Why Is Calculating Normal Force at the Top of a Rollercoaster Tricky?

[vorcil]

http://img7.imageshack.us/img7/9297/masteringphysicsq1.jpg - screenshot of the question



2.
ok the first question asks for the normal force at the top, I'm pretty sure the normal force at the top is (mv^2)/r - mg = ( (51kg * v^2 ) / 18m) - mg

to get the velocity i went 2*pi*18/5.5 which is 20.56 ms^-1

stuck that in mv^2/r -mg = 697.8N, AND I GOT IT WRONG!?
is there something I'm missing?

i did the same thing for the bottom except added mg and got it wrong,

 

[Doc Al]

You are given the diameter, not the radius.

 

[vorcil]

You are given the diameter, not the radius.

OMFG LOL
cheers mate,

 

[vorcil]

I got the last one correct aswell,

I know at the top the normal force must excel the mg,
so at the point the mg > normal then it will start to fall

so if
mg > mv^2/r ==
51*9.8 = (m*((2*pi*r)/t)^2)/r ==
51*9.8 * r = m*((2*pi*r)/t)^2 ==
squareroot (51*9.8*r) = m*((2*pi*r)/t
longest time for mg to equal Normal force == (m*(2*pi*r))/(51*9.8*r)
and i got 6 seconds which was right XD

 

[Doc Al]

I know at the top the normal force must excel the mg,
so at the point the mg > normal then it will start to fall

Careful here. The riders begin to fall when the normal force goes to zero, not when it drops below mg.

so if
mg > mv^2/r ==

That's what you want.

(mv^2/r is the centripetal force, not the normal force.)

 

[vorcil]

Careful here. The riders begin to fall when the normal force goes to zero, not when it drops below mg.

That's what you want.

(mv^2/r is the centripetal force, not the normal force.)

So it's the centripetal force that has to be greater than mg?

i get it, but isn't it strange how the centripetal force is acting towards the center, i would've thought because they're going in the same direction it'd make it fall even more
but i know what you mean because it's hitting the side of the rails making it go down and around XD

 

[Doc Al]

Centripetal force always acts toward the center, by the nature of circular motion.

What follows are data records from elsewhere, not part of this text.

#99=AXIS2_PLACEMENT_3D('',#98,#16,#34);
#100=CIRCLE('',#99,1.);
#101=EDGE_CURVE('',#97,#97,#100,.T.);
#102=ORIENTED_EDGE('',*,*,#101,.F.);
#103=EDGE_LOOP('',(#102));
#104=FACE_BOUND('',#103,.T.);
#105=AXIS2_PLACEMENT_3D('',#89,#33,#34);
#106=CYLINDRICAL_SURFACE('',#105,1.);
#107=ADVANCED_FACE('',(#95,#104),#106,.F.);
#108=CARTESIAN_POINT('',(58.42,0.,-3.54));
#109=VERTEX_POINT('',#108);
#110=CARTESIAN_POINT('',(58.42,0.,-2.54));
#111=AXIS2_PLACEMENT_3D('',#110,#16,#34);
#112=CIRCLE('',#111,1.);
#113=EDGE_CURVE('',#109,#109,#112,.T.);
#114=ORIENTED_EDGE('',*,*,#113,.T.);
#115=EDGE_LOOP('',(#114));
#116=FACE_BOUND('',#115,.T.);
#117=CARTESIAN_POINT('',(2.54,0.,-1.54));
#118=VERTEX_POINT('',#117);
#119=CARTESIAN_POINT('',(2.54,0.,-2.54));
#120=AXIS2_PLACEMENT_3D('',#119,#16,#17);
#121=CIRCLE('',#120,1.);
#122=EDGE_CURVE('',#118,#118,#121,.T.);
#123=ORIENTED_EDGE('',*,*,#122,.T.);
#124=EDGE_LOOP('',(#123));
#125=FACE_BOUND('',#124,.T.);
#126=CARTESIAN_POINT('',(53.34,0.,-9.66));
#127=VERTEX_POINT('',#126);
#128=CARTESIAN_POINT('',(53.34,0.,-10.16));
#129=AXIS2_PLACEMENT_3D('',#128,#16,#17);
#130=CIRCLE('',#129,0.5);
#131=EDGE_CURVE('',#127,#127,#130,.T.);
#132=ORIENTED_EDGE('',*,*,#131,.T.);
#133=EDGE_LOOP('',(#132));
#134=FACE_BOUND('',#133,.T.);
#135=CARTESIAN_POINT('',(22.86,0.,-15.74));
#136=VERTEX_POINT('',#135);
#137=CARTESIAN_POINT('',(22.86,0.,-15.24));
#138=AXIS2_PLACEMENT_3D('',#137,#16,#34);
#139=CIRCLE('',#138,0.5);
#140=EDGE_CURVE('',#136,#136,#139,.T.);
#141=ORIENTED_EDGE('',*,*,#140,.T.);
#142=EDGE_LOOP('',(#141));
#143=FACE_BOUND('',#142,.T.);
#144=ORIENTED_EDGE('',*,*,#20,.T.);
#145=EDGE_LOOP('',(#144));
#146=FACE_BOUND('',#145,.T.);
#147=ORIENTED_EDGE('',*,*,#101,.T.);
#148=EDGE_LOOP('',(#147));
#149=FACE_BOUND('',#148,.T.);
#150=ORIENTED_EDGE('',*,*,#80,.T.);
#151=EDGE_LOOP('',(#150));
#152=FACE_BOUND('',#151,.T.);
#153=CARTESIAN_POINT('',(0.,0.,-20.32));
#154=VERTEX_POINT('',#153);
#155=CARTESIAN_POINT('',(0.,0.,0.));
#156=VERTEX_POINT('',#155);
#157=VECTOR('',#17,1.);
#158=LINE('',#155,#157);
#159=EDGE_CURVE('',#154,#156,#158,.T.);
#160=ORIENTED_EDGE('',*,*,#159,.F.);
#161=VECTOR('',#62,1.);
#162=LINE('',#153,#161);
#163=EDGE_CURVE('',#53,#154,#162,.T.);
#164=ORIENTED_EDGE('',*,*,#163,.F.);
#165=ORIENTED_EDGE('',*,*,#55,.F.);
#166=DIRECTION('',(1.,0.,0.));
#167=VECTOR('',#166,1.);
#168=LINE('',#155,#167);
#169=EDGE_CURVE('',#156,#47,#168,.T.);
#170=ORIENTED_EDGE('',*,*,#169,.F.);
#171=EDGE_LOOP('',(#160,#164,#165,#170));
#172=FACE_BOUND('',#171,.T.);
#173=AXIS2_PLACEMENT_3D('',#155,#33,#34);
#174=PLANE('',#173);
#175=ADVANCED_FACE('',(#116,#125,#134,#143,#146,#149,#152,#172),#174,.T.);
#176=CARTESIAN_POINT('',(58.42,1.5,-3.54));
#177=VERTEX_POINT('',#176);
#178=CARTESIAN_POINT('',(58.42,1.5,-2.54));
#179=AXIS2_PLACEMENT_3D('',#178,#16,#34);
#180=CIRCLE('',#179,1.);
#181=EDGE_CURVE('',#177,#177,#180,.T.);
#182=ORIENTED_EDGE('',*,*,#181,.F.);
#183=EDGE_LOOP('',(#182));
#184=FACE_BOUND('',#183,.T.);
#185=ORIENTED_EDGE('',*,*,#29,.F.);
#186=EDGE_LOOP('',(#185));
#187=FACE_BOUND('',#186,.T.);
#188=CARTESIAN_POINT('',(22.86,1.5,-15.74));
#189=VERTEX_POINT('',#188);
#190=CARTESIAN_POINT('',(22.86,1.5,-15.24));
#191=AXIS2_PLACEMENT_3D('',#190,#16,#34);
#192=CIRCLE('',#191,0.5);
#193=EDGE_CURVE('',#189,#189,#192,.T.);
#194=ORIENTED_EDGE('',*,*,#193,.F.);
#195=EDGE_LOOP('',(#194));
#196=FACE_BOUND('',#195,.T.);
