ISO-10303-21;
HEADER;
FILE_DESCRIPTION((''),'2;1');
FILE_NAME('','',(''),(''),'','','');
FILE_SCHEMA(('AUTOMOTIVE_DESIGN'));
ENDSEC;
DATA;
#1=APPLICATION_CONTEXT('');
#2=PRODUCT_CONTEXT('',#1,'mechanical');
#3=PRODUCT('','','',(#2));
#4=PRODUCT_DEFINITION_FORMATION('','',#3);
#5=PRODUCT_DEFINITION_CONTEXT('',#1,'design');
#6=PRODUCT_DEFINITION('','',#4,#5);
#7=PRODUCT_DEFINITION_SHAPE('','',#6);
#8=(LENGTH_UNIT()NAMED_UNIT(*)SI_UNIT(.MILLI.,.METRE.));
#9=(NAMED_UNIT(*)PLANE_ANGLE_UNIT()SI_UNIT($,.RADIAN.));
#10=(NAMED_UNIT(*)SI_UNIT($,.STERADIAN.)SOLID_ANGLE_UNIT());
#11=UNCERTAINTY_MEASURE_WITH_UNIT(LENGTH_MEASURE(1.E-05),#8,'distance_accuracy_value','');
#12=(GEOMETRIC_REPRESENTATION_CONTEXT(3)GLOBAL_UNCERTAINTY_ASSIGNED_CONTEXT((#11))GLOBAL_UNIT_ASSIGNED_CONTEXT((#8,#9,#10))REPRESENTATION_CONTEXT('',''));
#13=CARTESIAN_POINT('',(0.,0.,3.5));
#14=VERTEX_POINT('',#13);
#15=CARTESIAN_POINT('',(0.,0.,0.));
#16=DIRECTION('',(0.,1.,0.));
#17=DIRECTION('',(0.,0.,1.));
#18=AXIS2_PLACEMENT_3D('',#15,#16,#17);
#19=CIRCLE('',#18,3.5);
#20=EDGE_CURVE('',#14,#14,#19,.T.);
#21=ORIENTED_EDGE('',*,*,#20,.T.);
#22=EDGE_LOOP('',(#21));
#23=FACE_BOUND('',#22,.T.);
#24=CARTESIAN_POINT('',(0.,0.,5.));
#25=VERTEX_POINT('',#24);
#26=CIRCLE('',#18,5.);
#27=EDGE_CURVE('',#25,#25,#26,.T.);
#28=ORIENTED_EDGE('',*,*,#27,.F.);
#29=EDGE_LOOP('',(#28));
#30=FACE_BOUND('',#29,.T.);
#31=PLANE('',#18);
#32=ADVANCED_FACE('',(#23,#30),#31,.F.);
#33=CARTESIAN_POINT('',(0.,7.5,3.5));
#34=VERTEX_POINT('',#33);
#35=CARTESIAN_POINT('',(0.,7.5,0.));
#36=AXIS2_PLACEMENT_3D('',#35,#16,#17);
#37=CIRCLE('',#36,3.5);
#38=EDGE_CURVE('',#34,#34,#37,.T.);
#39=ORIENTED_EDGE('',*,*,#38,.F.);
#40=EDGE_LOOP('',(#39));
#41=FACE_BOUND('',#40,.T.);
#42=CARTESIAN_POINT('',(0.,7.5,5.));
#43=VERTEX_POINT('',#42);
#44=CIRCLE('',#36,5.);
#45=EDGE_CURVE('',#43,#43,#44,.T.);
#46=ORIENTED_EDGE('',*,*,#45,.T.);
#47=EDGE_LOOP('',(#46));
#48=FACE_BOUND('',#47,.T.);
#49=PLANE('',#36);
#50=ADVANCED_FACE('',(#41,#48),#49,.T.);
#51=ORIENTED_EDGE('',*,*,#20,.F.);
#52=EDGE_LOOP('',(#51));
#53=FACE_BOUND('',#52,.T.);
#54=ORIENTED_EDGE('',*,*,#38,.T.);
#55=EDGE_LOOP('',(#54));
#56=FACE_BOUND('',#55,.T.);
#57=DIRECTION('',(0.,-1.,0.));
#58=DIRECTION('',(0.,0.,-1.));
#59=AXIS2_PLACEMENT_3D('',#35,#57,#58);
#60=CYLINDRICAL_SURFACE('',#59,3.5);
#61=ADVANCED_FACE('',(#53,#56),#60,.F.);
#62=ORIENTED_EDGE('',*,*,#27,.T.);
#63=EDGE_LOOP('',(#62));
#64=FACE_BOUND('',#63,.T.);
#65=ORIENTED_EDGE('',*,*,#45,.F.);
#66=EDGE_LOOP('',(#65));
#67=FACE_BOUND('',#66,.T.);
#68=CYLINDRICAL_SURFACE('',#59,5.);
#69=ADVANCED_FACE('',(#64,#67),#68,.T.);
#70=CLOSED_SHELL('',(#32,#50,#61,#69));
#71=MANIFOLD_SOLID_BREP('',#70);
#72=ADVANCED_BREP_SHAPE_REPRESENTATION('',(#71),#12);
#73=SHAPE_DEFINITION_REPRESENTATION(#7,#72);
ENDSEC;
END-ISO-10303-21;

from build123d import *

# Parameters (mm, degrees)
SKETCH1_R           = 5
SKETCH1_R_2         = 3.5
BOSS_EXTRUDE1_DEPTH = 7.5


with BuildPart() as part:
    # Sketch1 → Boss-Extrude1 (new body)
    with BuildSketch(Plane(origin=(0, 0, 0), x_dir=(1, 0, 0), z_dir=(0, 1, 0))):
        Circle(SKETCH1_R)
        Circle(SKETCH1_R_2, mode=Mode.SUBTRACT)
    extrude(amount=BOSS_EXTRUDE1_DEPTH)


solid = part.part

The word "centripetal" just means "toward the center". But don't think of centripetal force as if it were a separate force, like gravity; instead, it's just a way to describe how the net force must act in circular motion.

At the top of the rollercoaster, the centripetal force is provided by two real forces: The normal force and gravity. The faster the coaster moves, the greater the centripetal force required, thus the greater the normal force that the track must exert to keep the car from flying off into space. If the coaster slows down, the normal force required is less. The slowest it can go and still maintain contact is just at the point where the normal force goes to zero. That means that the only force providing the centripetal force is gravity (mg). If the coaster goes any slower, gravity pulls it off the track and into the air.

Make sense?